# Idealismo e realtà in versi.



## Konrad (22 Febbraio 2012)

*Idealismo e realtà in versi.*

Non sapevo se postare in questa sezione o in quella libera... comunque l'accenno a Prevert in un'altra sezione mi ha fatto ricordare una cosa che pensai tempo fa, paragonando le poesie di Pablo Neruda e quelle di Nazim Hikmet, due autori che adoro.
Neruda, sopratutto nei sonetti, dipinge un amore molto idealistico, spirituale, travolgente ma nella sua idealizzazione.
Hikmet invece spesso descrive un sentimento più quotidiano, terra terra, fatto di piccole cose, un amore che parte dall'apparecchiare la tavola.

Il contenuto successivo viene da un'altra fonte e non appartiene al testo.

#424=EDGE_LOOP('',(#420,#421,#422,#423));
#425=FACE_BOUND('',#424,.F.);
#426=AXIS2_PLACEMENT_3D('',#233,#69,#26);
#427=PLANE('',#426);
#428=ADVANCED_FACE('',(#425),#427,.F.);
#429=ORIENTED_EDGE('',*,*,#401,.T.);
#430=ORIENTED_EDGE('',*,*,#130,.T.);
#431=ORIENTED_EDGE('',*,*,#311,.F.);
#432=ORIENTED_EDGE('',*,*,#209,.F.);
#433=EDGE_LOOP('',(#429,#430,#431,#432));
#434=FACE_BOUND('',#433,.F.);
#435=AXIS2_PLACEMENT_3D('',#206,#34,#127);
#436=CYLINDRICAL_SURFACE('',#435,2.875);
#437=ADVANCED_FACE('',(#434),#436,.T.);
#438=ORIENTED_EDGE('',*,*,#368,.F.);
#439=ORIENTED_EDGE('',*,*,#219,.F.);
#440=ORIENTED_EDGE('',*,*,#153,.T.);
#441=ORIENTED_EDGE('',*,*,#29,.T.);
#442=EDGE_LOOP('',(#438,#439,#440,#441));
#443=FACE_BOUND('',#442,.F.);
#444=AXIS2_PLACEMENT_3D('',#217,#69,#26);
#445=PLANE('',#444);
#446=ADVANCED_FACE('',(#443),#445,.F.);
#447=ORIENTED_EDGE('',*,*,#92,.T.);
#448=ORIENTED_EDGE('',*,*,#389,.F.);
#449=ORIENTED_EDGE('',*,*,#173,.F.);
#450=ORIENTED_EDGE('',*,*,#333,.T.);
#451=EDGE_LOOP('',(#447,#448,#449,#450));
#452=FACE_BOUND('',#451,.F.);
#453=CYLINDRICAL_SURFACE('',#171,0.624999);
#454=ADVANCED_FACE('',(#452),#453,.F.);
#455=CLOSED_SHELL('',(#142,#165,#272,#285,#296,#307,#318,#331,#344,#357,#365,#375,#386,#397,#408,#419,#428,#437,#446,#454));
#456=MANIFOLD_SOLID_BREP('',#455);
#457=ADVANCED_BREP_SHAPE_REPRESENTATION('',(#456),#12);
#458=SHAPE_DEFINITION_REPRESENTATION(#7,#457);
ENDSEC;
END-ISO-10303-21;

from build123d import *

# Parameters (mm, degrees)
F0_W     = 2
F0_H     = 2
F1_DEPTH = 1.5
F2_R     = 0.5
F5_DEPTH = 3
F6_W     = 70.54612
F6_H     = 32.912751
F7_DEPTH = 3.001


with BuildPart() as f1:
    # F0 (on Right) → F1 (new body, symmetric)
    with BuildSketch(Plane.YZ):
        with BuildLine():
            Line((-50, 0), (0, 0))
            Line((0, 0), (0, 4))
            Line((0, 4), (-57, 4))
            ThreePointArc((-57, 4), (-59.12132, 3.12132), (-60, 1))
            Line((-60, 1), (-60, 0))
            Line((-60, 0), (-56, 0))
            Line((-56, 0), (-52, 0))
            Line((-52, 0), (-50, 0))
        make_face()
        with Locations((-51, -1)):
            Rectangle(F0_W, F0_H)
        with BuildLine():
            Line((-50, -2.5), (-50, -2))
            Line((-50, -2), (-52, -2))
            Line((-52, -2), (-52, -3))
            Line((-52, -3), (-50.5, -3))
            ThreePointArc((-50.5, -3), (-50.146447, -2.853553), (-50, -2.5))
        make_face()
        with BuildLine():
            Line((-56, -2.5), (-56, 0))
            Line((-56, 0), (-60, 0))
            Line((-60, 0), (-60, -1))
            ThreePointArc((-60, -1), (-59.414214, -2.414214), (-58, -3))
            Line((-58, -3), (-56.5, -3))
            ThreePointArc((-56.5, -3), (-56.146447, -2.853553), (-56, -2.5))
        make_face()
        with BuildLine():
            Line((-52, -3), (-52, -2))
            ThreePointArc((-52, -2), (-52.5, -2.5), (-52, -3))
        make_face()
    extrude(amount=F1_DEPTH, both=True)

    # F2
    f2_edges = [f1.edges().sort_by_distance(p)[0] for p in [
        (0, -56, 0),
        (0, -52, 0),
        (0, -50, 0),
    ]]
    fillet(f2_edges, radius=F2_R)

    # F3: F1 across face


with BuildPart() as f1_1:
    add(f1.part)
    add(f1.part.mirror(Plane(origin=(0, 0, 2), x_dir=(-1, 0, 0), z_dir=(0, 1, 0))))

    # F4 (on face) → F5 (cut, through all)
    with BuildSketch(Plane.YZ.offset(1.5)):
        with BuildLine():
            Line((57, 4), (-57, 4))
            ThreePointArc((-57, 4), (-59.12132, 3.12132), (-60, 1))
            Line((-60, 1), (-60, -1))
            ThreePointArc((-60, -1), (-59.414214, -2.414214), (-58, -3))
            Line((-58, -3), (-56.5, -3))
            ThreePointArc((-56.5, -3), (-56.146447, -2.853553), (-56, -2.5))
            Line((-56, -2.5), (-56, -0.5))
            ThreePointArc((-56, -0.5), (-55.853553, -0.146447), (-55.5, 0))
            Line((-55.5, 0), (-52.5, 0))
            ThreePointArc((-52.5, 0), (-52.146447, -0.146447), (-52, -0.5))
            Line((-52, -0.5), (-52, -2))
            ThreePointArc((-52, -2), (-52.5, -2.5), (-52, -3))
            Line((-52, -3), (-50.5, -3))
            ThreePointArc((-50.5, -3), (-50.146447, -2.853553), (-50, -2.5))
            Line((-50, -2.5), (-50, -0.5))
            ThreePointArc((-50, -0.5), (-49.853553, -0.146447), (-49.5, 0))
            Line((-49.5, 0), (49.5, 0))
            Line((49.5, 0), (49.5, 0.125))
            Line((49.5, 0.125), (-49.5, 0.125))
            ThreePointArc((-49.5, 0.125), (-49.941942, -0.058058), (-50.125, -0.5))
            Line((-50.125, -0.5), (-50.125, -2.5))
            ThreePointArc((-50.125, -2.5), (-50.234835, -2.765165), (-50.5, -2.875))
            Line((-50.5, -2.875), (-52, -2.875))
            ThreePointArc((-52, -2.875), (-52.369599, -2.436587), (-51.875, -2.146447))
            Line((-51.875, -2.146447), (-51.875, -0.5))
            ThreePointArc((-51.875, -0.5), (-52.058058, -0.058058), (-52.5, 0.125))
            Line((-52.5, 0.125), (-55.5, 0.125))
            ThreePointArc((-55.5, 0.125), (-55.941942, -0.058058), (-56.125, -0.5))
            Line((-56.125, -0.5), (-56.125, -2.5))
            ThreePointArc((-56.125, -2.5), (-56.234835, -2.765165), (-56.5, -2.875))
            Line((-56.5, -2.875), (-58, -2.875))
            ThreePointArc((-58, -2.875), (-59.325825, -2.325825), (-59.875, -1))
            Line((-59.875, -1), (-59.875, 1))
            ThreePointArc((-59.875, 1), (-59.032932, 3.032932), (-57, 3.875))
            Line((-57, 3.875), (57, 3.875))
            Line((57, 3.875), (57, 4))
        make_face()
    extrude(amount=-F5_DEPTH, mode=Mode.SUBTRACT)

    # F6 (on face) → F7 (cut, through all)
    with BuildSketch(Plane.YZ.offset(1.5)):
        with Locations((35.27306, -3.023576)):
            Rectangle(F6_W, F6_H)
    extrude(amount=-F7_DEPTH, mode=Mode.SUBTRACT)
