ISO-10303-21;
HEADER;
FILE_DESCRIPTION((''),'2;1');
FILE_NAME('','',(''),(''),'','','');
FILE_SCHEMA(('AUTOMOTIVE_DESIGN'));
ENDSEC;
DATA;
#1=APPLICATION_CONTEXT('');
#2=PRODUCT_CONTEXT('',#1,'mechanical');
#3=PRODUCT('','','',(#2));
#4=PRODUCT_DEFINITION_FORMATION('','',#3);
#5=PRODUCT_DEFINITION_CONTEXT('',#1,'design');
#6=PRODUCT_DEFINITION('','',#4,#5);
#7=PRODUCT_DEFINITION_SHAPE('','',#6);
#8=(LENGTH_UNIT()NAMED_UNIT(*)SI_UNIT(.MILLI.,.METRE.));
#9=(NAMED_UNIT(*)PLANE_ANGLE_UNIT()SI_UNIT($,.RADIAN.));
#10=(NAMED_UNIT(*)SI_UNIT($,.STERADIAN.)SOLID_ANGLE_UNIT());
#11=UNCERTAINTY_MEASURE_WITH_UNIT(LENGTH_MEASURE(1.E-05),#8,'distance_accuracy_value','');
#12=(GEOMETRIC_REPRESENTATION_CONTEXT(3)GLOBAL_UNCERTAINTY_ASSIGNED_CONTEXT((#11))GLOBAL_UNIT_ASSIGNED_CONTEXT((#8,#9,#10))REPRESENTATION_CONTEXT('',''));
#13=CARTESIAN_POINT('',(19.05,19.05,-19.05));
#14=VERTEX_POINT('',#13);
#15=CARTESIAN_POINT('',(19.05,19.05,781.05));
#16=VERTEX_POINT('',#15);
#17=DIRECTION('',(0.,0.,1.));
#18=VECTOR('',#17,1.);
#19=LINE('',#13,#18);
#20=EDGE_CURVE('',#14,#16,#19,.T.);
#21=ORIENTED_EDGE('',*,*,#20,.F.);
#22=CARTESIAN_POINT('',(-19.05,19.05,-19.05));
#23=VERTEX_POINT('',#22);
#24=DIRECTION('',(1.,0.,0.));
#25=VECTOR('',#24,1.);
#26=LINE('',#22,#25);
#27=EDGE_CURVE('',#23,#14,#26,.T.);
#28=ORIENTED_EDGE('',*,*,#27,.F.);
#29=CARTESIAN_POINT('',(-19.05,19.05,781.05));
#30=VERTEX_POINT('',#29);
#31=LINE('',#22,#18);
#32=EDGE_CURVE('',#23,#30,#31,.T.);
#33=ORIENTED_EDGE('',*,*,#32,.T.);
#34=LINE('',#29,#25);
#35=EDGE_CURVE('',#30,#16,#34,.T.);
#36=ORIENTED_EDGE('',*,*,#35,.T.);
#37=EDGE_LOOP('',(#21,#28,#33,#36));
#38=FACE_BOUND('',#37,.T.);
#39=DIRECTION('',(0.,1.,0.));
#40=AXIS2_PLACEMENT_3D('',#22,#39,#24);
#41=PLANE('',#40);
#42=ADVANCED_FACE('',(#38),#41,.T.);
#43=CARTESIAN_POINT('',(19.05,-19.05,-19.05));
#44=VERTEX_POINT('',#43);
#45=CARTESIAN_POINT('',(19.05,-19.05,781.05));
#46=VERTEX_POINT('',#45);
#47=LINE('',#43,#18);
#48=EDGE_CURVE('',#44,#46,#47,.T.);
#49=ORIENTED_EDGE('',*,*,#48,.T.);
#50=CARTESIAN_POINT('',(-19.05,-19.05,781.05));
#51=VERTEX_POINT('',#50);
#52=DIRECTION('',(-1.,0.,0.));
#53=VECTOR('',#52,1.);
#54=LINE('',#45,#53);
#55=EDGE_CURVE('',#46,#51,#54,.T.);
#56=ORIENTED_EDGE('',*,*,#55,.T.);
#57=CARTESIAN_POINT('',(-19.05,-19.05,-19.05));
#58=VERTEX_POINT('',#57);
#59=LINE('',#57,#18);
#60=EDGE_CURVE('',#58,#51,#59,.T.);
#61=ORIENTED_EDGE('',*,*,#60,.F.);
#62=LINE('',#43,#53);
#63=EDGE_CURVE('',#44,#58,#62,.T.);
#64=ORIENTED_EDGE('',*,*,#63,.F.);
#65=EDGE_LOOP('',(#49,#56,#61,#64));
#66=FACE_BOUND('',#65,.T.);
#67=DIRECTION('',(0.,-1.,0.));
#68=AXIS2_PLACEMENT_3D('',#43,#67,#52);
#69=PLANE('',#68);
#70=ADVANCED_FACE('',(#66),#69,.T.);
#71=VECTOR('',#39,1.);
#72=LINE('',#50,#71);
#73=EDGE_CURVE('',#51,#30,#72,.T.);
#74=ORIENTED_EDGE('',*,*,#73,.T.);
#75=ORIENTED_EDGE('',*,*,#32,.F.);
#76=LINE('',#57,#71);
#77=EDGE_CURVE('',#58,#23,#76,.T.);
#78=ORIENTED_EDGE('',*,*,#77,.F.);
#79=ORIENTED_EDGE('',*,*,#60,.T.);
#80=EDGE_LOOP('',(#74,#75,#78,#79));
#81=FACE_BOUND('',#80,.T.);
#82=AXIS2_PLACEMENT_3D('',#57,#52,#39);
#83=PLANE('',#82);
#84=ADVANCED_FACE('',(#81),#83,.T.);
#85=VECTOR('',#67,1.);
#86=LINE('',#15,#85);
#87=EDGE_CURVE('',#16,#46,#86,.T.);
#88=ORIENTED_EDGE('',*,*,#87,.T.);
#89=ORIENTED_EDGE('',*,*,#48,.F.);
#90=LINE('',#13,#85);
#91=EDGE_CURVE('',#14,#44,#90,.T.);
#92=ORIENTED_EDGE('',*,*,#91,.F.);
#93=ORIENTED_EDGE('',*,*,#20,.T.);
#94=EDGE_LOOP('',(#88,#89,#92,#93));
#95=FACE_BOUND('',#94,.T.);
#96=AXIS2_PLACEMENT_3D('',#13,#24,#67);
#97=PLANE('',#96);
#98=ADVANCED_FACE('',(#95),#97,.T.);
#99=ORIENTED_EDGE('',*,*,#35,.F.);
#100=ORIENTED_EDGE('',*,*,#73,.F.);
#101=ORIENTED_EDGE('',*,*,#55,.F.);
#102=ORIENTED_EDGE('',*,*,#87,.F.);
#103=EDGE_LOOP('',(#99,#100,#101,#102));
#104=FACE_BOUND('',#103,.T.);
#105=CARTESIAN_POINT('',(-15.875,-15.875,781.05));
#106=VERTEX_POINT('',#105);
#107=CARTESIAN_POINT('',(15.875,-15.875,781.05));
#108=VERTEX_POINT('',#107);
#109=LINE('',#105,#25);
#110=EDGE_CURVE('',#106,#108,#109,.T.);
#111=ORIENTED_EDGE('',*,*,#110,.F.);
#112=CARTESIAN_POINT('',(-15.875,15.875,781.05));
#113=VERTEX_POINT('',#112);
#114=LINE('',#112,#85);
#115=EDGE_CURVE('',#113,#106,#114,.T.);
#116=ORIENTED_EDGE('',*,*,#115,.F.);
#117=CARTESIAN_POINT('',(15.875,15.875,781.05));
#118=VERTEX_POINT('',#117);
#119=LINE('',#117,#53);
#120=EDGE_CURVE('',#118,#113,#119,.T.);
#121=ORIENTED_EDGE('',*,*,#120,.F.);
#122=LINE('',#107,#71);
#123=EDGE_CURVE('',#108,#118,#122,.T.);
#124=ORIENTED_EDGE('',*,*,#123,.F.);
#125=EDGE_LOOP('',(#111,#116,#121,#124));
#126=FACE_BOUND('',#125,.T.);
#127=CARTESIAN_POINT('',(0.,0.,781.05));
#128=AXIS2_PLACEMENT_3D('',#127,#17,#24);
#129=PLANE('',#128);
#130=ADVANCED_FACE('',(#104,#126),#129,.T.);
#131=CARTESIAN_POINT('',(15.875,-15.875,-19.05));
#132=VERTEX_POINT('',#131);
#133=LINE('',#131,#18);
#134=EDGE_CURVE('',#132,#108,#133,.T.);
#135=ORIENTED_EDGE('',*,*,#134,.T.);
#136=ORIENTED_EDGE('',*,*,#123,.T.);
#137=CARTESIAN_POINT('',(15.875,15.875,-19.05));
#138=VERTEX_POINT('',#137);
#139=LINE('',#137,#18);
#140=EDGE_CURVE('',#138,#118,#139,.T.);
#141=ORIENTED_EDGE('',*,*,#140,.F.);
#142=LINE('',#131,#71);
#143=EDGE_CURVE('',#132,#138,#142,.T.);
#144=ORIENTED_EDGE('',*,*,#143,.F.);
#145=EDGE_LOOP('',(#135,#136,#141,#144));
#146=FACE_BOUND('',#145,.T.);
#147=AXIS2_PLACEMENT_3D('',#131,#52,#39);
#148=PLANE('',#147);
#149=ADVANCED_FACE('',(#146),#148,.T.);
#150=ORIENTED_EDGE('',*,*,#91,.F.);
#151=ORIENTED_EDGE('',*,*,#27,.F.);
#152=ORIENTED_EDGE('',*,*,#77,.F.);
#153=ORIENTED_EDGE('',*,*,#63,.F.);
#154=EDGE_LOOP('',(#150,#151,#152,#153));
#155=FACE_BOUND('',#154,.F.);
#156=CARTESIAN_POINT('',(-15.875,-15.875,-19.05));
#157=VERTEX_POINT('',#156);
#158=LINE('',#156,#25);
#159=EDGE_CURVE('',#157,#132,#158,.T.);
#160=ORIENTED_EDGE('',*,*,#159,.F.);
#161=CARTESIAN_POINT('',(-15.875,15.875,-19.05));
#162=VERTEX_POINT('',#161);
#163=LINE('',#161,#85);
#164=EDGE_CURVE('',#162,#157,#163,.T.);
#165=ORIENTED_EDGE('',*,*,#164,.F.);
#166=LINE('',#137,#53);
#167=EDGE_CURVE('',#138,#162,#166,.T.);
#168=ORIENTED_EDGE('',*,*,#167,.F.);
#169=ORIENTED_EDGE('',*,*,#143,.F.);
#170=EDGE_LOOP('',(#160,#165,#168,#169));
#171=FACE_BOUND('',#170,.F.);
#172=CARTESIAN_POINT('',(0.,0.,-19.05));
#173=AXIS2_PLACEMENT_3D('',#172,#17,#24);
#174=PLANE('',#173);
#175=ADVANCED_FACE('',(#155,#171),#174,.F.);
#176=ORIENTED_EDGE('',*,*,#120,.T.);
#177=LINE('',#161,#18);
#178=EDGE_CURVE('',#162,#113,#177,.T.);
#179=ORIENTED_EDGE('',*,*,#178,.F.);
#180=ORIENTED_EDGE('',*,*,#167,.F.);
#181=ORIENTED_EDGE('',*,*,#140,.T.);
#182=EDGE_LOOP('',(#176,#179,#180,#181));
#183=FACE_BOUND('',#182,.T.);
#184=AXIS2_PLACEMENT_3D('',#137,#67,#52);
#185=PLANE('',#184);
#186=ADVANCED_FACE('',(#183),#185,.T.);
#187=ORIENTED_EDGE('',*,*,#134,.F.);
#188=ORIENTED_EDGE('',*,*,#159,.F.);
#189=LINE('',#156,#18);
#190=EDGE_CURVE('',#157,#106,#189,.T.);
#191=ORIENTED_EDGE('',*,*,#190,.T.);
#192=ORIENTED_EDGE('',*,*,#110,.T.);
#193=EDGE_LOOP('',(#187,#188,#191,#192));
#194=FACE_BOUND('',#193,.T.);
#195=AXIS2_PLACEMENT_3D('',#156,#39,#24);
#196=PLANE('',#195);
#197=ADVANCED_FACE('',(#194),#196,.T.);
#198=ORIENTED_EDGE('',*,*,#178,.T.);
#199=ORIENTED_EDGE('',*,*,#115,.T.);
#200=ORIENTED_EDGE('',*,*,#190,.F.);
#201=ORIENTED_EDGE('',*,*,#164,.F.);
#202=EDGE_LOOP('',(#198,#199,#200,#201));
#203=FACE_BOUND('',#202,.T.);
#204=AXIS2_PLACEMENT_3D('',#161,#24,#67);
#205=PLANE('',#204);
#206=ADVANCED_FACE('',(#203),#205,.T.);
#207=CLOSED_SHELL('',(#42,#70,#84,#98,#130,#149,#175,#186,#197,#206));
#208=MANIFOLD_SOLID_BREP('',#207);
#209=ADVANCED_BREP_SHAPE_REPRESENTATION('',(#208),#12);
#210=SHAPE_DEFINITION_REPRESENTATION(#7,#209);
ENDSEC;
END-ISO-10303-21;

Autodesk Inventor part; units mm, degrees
ref_plane "Start Plane" through (0, 0, -19.05) normal (0, 0, 1) x (1, 0, 0)
ref_plane "End Plane" through (0, 0, 781.05) normal (0, 0, 1) x (1, 0, 0)
sketch "Sketch" plane through (0, 0, 0) normal (0, 0, 1) x (1, 0, 0)
  line L0 (-19.05, 19.05) -> (19.05, 19.05)
  line L1 (19.05, 19.05) -> (19.05, -19.05)
  line L2 (19.05, -19.05) -> (-19.05, -19.05)
  line L3 (-19.05, -19.05) -> (-19.05, 19.05)
  line L4 (15.875, 15.875) -> (-15.875, 15.875)
  line L5 (-15.875, 15.875) -> (-15.875, -15.875)
  line L6 (-15.875, -15.875) -> (15.875, -15.875)
  line L7 (15.875, -15.875) -> (15.875, 15.875)
  point P0 (0, 0)
  point P1 (0, 19.05)
  point P2 (-19.05, 0)
  dimension "width" = 38.1
  dimension "d1" = 3.175
extrude "Body" add sketch "Sketch" along normal up to surface (800.1 mm away) from surface at -19.05
sketch "Sketch4" plane through (0, 0, 0) normal (0, 0, 1) x (1, 0, 0)
  line L0 (0, 0) -> (10, 0)
ref_plane "Work Plane4" through (0, 0, 0) normal (0, -1, 0) x (1, 0, 0)
sketch "Sketch5" plane through (0, 0, 0) normal (0, -1, 0) x (1, 0, 0)
  line L0 (-2, -19.05) -> (12, -19.05)
  line L1 (-2, 781.05) -> (12, 781.05)
  dimension "d9" = 800.1
ref_plane "Work Plane5" through (-1168.4, 12.7, -19.05) normal (0, 0, -1) x (-1, 0, 0)
split "Split1" plane through (-1168.4, 12.7, -19.05) removes the side toward (0, 0, -1)
ref_plane "Work Plane6" through (-1168.4, -12.7, 781.05) normal (0, 0, 1) x (1, 0, 0)
split "Split2" plane through (-1168.4, -12.7, 781.05) removes the side toward (0, 0, 1)
equation "\"G_OFFSET_START\" = 19.05"
equation "\"G_OFFSET_END\" = 19.05"
equation "\"d4\" = -G_OFFSET_START"
equation "\"d5\" = length + G_OFFSET_END"
equation "\"G_L\" = 762"
equation "\"length\" = 762"
properties part number "1.5x1.5x.125 Tube" material "Aluminum-6061"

Meno sogni e più sudore insomma.
Voi che ne pensate?


----------



## Ultimo (22 Febbraio 2012)

Konrad ha detto:


> Non sapevo se postare in questa sezione o in quella libera... comunque l'accenno a Prevert in un'altra sezione mi ha fatto ricordare una cosa che pensai tempo fa, paragonando le poesie di Pablo Neruda e quelle di Nazim Hikmet, due autori che adoro.
> Neruda, sopratutto nei sonetti, dipinge un amore molto idealistico, spirituale, travolgente ma nella sua idealizzazione.
> Hikmet invece spesso descrive un sentimento più quotidiano, terra terra, fatto di piccole cose, un amore che parte dall'apparecchiare la tavola. Meno sogni e più sudore insomma.
> Voi che ne pensate?


Non posso esprimermi, visto che conosco poco sia Neruda che Hikmet, però! vorrei dirla una cosa, e chiaramente prendo spunto da quello che hai scritto.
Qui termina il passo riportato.